= Try it =
Pull every line containing "Rectangle" from the data.

Stored data entries
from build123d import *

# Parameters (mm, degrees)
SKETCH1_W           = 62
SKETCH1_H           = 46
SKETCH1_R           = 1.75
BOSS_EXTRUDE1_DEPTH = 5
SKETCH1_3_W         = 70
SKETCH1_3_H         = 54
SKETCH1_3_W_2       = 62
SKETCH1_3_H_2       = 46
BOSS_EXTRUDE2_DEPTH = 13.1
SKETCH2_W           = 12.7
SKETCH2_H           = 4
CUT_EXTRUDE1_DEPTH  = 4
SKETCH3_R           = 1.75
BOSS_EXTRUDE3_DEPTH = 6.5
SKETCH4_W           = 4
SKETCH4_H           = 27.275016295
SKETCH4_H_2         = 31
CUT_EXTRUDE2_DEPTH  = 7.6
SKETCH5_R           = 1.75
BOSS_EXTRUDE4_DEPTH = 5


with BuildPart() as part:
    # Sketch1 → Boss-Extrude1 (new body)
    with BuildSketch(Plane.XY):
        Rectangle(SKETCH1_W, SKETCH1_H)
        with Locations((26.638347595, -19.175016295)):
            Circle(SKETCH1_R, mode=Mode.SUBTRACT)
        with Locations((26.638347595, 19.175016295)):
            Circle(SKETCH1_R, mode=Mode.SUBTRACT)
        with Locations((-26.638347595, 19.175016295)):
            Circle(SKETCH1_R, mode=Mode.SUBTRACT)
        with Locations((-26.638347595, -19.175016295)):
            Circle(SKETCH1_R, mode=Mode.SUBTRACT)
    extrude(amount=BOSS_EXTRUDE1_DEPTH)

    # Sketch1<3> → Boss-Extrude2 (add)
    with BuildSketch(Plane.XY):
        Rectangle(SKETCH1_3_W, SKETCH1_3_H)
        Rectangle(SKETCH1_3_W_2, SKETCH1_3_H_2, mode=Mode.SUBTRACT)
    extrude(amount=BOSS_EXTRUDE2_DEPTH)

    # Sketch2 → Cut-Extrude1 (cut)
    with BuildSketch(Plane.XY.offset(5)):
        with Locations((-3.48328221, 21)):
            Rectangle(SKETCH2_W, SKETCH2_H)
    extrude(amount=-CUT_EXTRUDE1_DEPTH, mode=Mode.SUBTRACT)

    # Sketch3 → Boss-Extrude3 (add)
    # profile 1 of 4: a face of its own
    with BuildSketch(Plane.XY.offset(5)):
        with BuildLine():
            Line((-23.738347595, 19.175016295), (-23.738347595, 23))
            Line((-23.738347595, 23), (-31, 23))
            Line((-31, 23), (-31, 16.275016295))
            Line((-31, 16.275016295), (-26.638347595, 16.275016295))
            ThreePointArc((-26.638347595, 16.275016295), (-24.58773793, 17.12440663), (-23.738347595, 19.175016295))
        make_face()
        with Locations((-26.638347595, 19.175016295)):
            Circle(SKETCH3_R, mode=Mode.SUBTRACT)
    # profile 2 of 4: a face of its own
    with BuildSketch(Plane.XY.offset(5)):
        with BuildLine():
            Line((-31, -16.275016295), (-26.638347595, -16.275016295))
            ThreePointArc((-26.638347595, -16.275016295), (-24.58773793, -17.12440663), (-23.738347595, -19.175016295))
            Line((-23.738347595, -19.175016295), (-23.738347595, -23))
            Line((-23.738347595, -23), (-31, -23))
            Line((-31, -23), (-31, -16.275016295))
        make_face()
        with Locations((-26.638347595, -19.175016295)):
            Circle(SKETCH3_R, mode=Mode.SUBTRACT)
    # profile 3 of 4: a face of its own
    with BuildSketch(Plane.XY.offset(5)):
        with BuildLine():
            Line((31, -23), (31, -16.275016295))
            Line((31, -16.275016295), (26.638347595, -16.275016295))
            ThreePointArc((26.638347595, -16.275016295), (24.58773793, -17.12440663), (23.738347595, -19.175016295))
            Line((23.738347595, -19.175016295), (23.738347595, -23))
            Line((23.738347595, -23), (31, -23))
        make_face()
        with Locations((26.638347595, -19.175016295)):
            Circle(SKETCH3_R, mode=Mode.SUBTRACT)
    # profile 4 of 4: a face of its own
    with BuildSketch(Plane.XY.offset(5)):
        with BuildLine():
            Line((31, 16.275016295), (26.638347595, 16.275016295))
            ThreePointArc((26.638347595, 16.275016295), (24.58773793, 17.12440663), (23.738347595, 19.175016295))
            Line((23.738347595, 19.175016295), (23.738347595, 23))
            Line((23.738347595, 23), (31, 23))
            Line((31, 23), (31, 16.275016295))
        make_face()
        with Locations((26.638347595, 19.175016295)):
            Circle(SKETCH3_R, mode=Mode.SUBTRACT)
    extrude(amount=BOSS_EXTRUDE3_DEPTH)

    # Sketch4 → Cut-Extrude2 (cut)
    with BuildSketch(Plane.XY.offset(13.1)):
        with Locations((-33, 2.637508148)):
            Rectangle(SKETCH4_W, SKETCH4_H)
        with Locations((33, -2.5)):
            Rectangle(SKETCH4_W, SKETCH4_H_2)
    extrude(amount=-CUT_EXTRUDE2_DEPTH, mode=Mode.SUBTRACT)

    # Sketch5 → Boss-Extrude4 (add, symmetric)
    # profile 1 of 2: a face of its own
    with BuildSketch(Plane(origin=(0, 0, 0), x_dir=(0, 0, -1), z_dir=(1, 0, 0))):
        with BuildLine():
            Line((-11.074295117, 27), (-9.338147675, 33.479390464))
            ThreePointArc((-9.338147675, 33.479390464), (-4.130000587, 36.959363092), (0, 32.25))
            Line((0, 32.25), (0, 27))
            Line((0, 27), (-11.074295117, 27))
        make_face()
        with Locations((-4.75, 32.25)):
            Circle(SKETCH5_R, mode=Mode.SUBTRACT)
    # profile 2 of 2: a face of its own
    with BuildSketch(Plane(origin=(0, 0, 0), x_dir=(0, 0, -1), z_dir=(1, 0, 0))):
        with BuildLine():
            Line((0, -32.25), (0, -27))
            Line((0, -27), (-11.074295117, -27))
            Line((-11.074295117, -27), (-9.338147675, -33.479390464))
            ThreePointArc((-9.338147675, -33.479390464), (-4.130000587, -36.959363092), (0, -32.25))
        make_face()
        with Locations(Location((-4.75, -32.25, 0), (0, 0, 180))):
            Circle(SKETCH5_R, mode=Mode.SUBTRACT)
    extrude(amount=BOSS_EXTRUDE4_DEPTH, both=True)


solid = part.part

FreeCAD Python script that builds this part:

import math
import FreeCAD as App
import Part
import Sketcher

V = App.Vector
Q = App.Units.Quantity


def add_polygon(sketch, points):
    """Adds a closed chain of lines whose ends are joined by coincident constraints."""
    first, n = sketch.GeometryCount, len(points)
    for a, b in zip(points, points[1:] + points[:1]):
        sketch.addGeometry(Part.LineSegment(App.Vector(*a, 0), App.Vector(*b, 0)), False)
    for i in range(n):
        sketch.addConstraint(Sketcher.Constraint("Coincident", first + i, 2, first + (i + 1) % n, 1))

doc = App.newDocument("Part")
body = doc.addObject("PartDesign::Body", "Body")

sketch1 = body.newObject("Sketcher::SketchObject", "Sketch")
sketch1.AttachmentSupport = (doc.getObject("XY_Plane"), [""])
sketch1.MapMode = "FlatFace"
add_polygon(sketch1, [(-31, 23), (-31, -23), (31, -23), (31, 23)])
sketch1.addGeometry(Part.Circle(V(-26.638348, -19.175016, 0), V(0, 0, 1), 1.75), False)
sketch1.addGeometry(Part.Circle(V(26.638348, -19.175016, 0), V(0, 0, 1), 1.75), False)
sketch1.addGeometry(Part.Circle(V(-26.638348, 19.175016, 0), V(0, 0, 1), 1.75), False)
sketch1.addGeometry(Part.Circle(V(26.638348, 19.175016, 0), V(0, 0, 1), 1.75), False)
sketch1.addConstraint(Sketcher.Constraint("Vertical", 0))
sketch1.addConstraint(Sketcher.Constraint("Horizontal", 1))
sketch1.addConstraint(Sketcher.Constraint("Vertical", 2))
sketch1.addConstraint(Sketcher.Constraint("Horizontal", 3))
sketch1.addConstraint(Sketcher.Constraint("Equal", 4, 5))
sketch1.addConstraint(Sketcher.Constraint("Equal", 5, 6))
sketch1.addConstraint(Sketcher.Constraint("Equal", 6, 7))
sketch1.addConstraint(Sketcher.Constraint("Symmetric", 5, 3, 6, 3, -1, 1))
sketch1.addConstraint(Sketcher.Constraint("Symmetric", 4, 3, 7, 3, -1, 1))
sketch1.addConstraint(Sketcher.Constraint("Symmetric", 0, 2, 2, 2, -1, 1))
sketch1.addConstraint(Sketcher.Constraint("Symmetric", 4, 3, 5, 3, -2))
sketch1.addConstraint(Sketcher.Constraint("Diameter", 4, 3.5))
sketch1.addConstraint(Sketcher.Constraint("DistanceX", 1, 1, 1, 2, 62.0))
sketch1.addConstraint(Sketcher.Constraint("DistanceY", 0, 2, 0, 1, 46.0))
sketch1.addConstraint(Sketcher.Constraint("DistanceX", 4, 3, -1, 1, 26.638348))
sketch1.addConstraint(Sketcher.Constraint("DistanceY", 4, 3, -1, 1, 19.175016))
pad1 = body.newObject("PartDesign::Pad", "Pad")
pad1.Profile = sketch1
pad1.Length = 5

sketch2 = body.newObject("Sketcher::SketchObject", "Sketch001")
sketch2.AttachmentSupport = (doc.getObject("XY_Plane"), [""])
sketch2.MapMode = "FlatFace"
add_polygon(sketch2, [(-35, 27), (-35, -27), (35, -27), (35, 27)])
add_polygon(sketch2, [(31, -23), (-31, -23), (-31, 23), (31, 23)])
sketch2.addConstraint(Sketcher.Constraint("Vertical", 0))
sketch2.addConstraint(Sketcher.Constraint("Horizontal", 1))
sketch2.addConstraint(Sketcher.Constraint("Vertical", 2))
sketch2.addConstraint(Sketcher.Constraint("Horizontal", 3))
sketch2.addConstraint(Sketcher.Constraint("Horizontal", 4))
sketch2.addConstraint(Sketcher.Constraint("Vertical", 5))
sketch2.addConstraint(Sketcher.Constraint("Horizontal", 6))
sketch2.addConstraint(Sketcher.Constraint("Vertical", 7))
sketch2.addConstraint(Sketcher.Constraint("Symmetric", 0, 2, 2, 2, -1, 1))
sketch2.addConstraint(Sketcher.Constraint("Symmetric", 4, 2, 6, 2, -1, 1))
sketch2.addConstraint(Sketcher.Constraint("DistanceX", 1, 1, 1, 2, 70.0))
sketch2.addConstraint(Sketcher.Constraint("DistanceX", 4, 2, 4, 1, 62.0))
sketch2.addConstraint(Sketcher.Constraint("DistanceY", 0, 2, 0, 1, 54.0))
sketch2.addConstraint(Sketcher.Constraint("DistanceY", 5, 1, 5, 2, 46.0))
pad2 = body.newObject("PartDesign::Pad", "Pad001")
pad2.Profile = sketch2
pad2.Length = 13.1

sketch3 = body.newObject("Sketcher::SketchObject", "Sketch002")
sketch3.AttachmentSupport = (doc.getObject("XY_Plane"), [""])
sketch3.MapMode = "FlatFace"
sketch3.AttachmentOffset = App.Placement(V(0, 0, 5), App.Rotation())
add_polygon(sketch3, [(-9.833282, 23), (-9.833282, 19), (2.866718, 19), (2.866718, 23)])
sketch3.addConstraint(Sketcher.Constraint("Vertical", 0))
sketch3.addConstraint(Sketcher.Constraint("Horizontal", 1))
sketch3.addConstraint(Sketcher.Constraint("Vertical", 2))
sketch3.addConstraint(Sketcher.Constraint("Horizontal", 3))
sketch3.addConstraint(Sketcher.Constraint("DistanceY", 0, 2, 0, 1, 4.0))
sketch3.addConstraint(Sketcher.Constraint("DistanceX", 1, 1, 1, 2, 12.7))
sketch3.addConstraint(Sketcher.Constraint("DistanceY", -1, 1, 0, 2, 19.0))
sketch3.addConstraint(Sketcher.Constraint("DistanceX", 0, 2, -1, 1, 9.833282))
pocket1 = body.newObject("PartDesign::Pocket", "Pocket")
pocket1.Profile = sketch3
pocket1.Length = 4

sketch4 = body.newObject("Sketcher::SketchObject", "Sketch003")
sketch4.AttachmentSupport = (doc.getObject("XY_Plane"), [""])
sketch4.MapMode = "FlatFace"
sketch4.AttachmentOffset = App.Placement(V(0, 0, 5), App.Rotation())
sketch4.addGeometry(Part.LineSegment(V(-23.738348, 19.175016, 0), V(-23.738348, 23, 0)), False)
sketch4.addGeometry(Part.LineSegment(V(-23.738348, 23, 0), V(-31, 23, 0)), False)
sketch4.addGeometry(Part.LineSegment(V(-31, 23, 0), V(-31, 16.275016, 0)), False)
sketch4.addGeometry(Part.LineSegment(V(-31, 16.275016, 0), V(-26.638348, 16.275016, 0)), False)
sketch4.addGeometry(Part.ArcOfCircle(Part.Circle(V(-26.638348, 19.175016, 0), V(0, 0, 1), 2.9), math.radians(-90), math.radians(0)), False)
sketch4.addGeometry(Part.Circle(V(-26.638348, 19.175016, 0), V(0, 0, 1), 1.75), False)
sketch4.addGeometry(Part.LineSegment(V(-26.638348, -16.275016, 0), V(-31, -16.275016, 0)), False)
sketch4.addGeometry(Part.LineSegment(V(-31, -16.275016, 0), V(-31, -23, 0)), False)
sketch4.addGeometry(Part.LineSegment(V(-31, -23, 0), V(-23.738348, -23, 0)), False)
sketch4.addGeometry(Part.LineSegment(V(-23.738348, -23, 0), V(-23.738348, -19.175016, 0)), False)
sketch4.addGeometry(Part.ArcOfCircle(Part.Circle(V(-26.638348, -19.175016, 0), V(0, 0, 1), 2.9), math.radians(0), math.radians(90)), False)
sketch4.addGeometry(Part.Circle(V(-26.638348, -19.175016, 0), V(0, 0, 1), 1.75), False)
sketch4.addGeometry(Part.LineSegment(V(31, -23, 0), V(31, -16.275016, 0)), False)
sketch4.addGeometry(Part.LineSegment(V(31, -16.275016, 0), V(26.638348, -16.275016, 0)), False)
sketch4.addGeometry(Part.ArcOfCircle(Part.Circle(V(26.638348, -19.175016, 0), V(0, 0, 1), 2.9), math.radians(90), math.radians(180)), False)
sketch4.addGeometry(Part.LineSegment(V(23.738348, -19.175016, 0), V(23.738348, -23, 0)), False)
sketch4.addGeometry(Part.LineSegment(V(23.738348, -23, 0), V(31, -23, 0)), False)
sketch4.addGeometry(Part.Circle(V(26.638348, -19.175016, 0), V(0, 0, 1), 1.75), False)
sketch4.addGeometry(Part.LineSegment(V(26.638348, 16.275016, 0), V(31, 16.275016, 0)), False)
sketch4.addGeometry(Part.LineSegment(V(31, 16.275016, 0), V(31, 23, 0)), False)
sketch4.addGeometry(Part.LineSegment(V(31, 23, 0), V(23.738348, 23, 0)), False)
sketch4.addGeometry(Part.LineSegment(V(23.738348, 23, 0), V(23.738348, 19.175016, 0)), False)
sketch4.addGeometry(Part.ArcOfCircle(Part.Circle(V(26.638348, 19.175016, 0), V(0, 0, 1), 2.9), math.radians(-180), math.radians(-90)), False)
sketch4.addGeometry(Part.Circle(V(26.638348, 19.175016, 0), V(0, 0, 1), 1.75), False)
sketch4.addConstraint(Sketcher.Constraint("Coincident", 0, 2, 1, 1))
sketch4.addConstraint(Sketcher.Constraint("Coincident", 1, 2, 2, 1))
sketch4.addConstraint(Sketcher.Constraint("Coincident", 2, 2, 3, 1))
sketch4.addConstraint(Sketcher.Constraint("Tangent", 3, 2, 4, 1))
sketch4.addConstraint(Sketcher.Constraint("Tangent", 4, 2, 0, 1))
sketch4.addConstraint(Sketcher.Constraint("Coincident", 6, 2, 7, 1))
sketch4.addConstraint(Sketcher.Constraint("Coincident", 7, 2, 8, 1))
sketch4.addConstraint(Sketcher.Constraint("Coincident", 8, 2, 9, 1))
sketch4.addConstraint(Sketcher.Constraint("Tangent", 9, 2, 10, 1))
sketch4.addConstraint(Sketcher.Constraint("Tangent", 10, 2, 6, 1))
sketch4.addConstraint(Sketcher.Constraint("Coincident", 12, 2, 13, 1))
sketch4.addConstraint(Sketcher.Constraint("Tangent", 13, 2, 14, 1))
sketch4.addConstraint(Sketcher.Constraint("Tangent", 14, 2, 15, 1))
sketch4.addConstraint(Sketcher.Constraint("Coincident", 15, 2, 16, 1))
sketch4.addConstraint(Sketcher.Constraint("Coincident", 16, 2, 12, 1))
sketch4.addConstraint(Sketcher.Constraint("Coincident", 18, 2, 19, 1))
sketch4.addConstraint(Sketcher.Constraint("Coincident", 19, 2, 20, 1))
sketch4.addConstraint(Sketcher.Constraint("Coincident", 20, 2, 21, 1))
sketch4.addConstraint(Sketcher.Constraint("Tangent", 21, 2, 22, 1))
sketch4.addConstraint(Sketcher.Constraint("Tangent", 22, 2, 18, 1))
sketch4.addConstraint(Sketcher.Constraint("Vertical", 0))
sketch4.addConstraint(Sketcher.Constraint("Horizontal", 1))
sketch4.addConstraint(Sketcher.Constraint("Vertical", 2))
sketch4.addConstraint(Sketcher.Constraint("Horizontal", 3))
sketch4.addConstraint(Sketcher.Constraint("Horizontal", 6))
sketch4.addConstraint(Sketcher.Constraint("Vertical", 7))
sketch4.addConstraint(Sketcher.Constraint("Horizontal", 8))
sketch4.addConstraint(Sketcher.Constraint("Vertical", 9))
sketch4.addConstraint(Sketcher.Constraint("Vertical", 12))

= Task output =
        Rectangle(SKETCH1_W, SKETCH1_H)
        Rectangle(SKETCH1_3_W, SKETCH1_3_H)
        Rectangle(SKETCH1_3_W_2, SKETCH1_3_H_2, mode=Mode.SUBTRACT)
            Rectangle(SKETCH2_W, SKETCH2_H)
            Rectangle(SKETCH4_W, SKETCH4_H)
            Rectangle(SKETCH4_W, SKETCH4_H_2)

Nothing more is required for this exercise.